Algıyla Yönetilmek...
Bir toplumda bireyler, "yurttaş" olmanın gerektirdiği sorgulama sorumluluğunu bırakıp kendilerini hâlâ eski dönemin "padişah tebaası" gibi görmeye başlarlarsa, orada bilinçten söz etmek imkânsızlaşır.
Eğer yöneticilere ki bu sadece devlet kademesi değil, bir parti veya sendika da olabilir sürekli övgüler düzülüyor ve "Liderin mutlaka bizim anlayamadığımız bir bildiği vardır" diyerek irade teslim ediliyorsa, o toplum henüz demokratik olgunluğa erişememiştir.

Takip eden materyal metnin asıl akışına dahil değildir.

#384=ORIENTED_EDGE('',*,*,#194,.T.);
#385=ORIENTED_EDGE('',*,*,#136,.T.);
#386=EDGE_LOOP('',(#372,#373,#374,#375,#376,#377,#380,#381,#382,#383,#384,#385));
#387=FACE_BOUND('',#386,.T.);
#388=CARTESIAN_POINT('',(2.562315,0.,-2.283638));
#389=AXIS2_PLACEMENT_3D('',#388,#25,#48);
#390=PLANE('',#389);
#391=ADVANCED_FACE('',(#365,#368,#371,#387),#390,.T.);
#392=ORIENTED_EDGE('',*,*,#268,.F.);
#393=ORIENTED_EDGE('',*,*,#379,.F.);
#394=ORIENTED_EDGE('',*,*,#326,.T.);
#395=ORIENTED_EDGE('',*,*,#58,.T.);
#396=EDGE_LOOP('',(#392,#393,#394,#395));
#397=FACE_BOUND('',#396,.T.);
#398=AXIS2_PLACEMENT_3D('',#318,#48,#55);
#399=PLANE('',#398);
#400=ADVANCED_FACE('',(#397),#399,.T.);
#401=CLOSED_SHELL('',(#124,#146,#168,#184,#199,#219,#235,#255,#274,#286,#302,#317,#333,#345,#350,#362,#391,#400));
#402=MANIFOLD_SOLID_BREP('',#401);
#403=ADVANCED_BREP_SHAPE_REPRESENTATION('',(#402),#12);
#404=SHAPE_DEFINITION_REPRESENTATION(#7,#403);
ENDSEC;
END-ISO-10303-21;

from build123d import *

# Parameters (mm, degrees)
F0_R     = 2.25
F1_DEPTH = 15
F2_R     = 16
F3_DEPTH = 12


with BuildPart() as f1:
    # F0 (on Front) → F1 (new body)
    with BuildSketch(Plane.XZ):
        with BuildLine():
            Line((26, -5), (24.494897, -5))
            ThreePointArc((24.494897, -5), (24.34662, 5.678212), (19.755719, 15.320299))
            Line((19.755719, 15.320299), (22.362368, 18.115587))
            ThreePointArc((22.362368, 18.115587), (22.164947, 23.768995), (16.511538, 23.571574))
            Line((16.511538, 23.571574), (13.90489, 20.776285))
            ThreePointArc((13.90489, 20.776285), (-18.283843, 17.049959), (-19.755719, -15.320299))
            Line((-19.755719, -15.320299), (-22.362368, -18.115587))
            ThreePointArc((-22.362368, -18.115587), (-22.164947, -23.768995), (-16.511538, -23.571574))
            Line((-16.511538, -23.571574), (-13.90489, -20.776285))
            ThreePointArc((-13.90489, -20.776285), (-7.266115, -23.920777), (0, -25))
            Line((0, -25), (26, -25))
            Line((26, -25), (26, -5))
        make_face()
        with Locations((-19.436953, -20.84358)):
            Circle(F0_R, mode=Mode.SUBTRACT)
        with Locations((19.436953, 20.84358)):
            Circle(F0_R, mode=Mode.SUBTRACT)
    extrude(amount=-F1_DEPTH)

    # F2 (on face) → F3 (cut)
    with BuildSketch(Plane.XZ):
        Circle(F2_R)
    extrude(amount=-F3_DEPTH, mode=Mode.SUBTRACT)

Aklını yönetenlere koşulsuz teslim edenler, hangi örgütlenmenin içinde olurlarsa olsunlar, en fazla "edilgen bir tebaa" olabilirler. Zaten yöneticilerin "cahil insanın ferasetine güveniyoruz" türünden söylemleri de boşuna değildir; çünkü bilinç sorgulamayı, cahillik ise biati besler.
Bu durum…
Toplumun medya aracılığıyla istenilen yöne sevk edilmesini ve gerçeklerden kopuk bir algı dünyasında yaşatılmasını kolaylaştırır. Algı yönetimi, halkın sadece bugününü çalmakla kalmaz; gelecekteki felaketleri bile kitlelere birer "zafer hikâyesi" gibi sunma sanatına dönüşür.
Tarihsel sürece baktığımızda bu algı yönetiminin çarpıcı örneklerini görürüz.
Birinci Dünya Savaşı’nda payitaht işgal altındayken bile halkın bir kesimi "savaşı kazanıyoruz" algısıyla teskin edilebilmişti.
Bugün de tarım, hayvancılık ve sanayideki çöküşe, ağır dış borç yüküne rağmen "Dünya bizi kıskanıyor" söylemi bir karşılık bulabiliyorsa, burada çok güçlü bir algı operasyonu var demektir.
Ancak bu illüzyon, yaşanan somut olaylarla darmadağın olmaktadır. "Güçlü devlet" ve "geçilmez sınır" algısı, her gün yeni bir zafiyetle sarsılıyor. Bir devlet düşünün ki; sınırları sadece sığınmacılar için değil, yabancı aktörler için de adeta bir "yolgeçen hanı"na dönüşmüş.
Örneğin; geçtiğimiz günlerde Barzani, uzun namlulu silahlı korumalarıyla karadan girerek Türkiye’de boy gösterip arzı endam etmedi mi?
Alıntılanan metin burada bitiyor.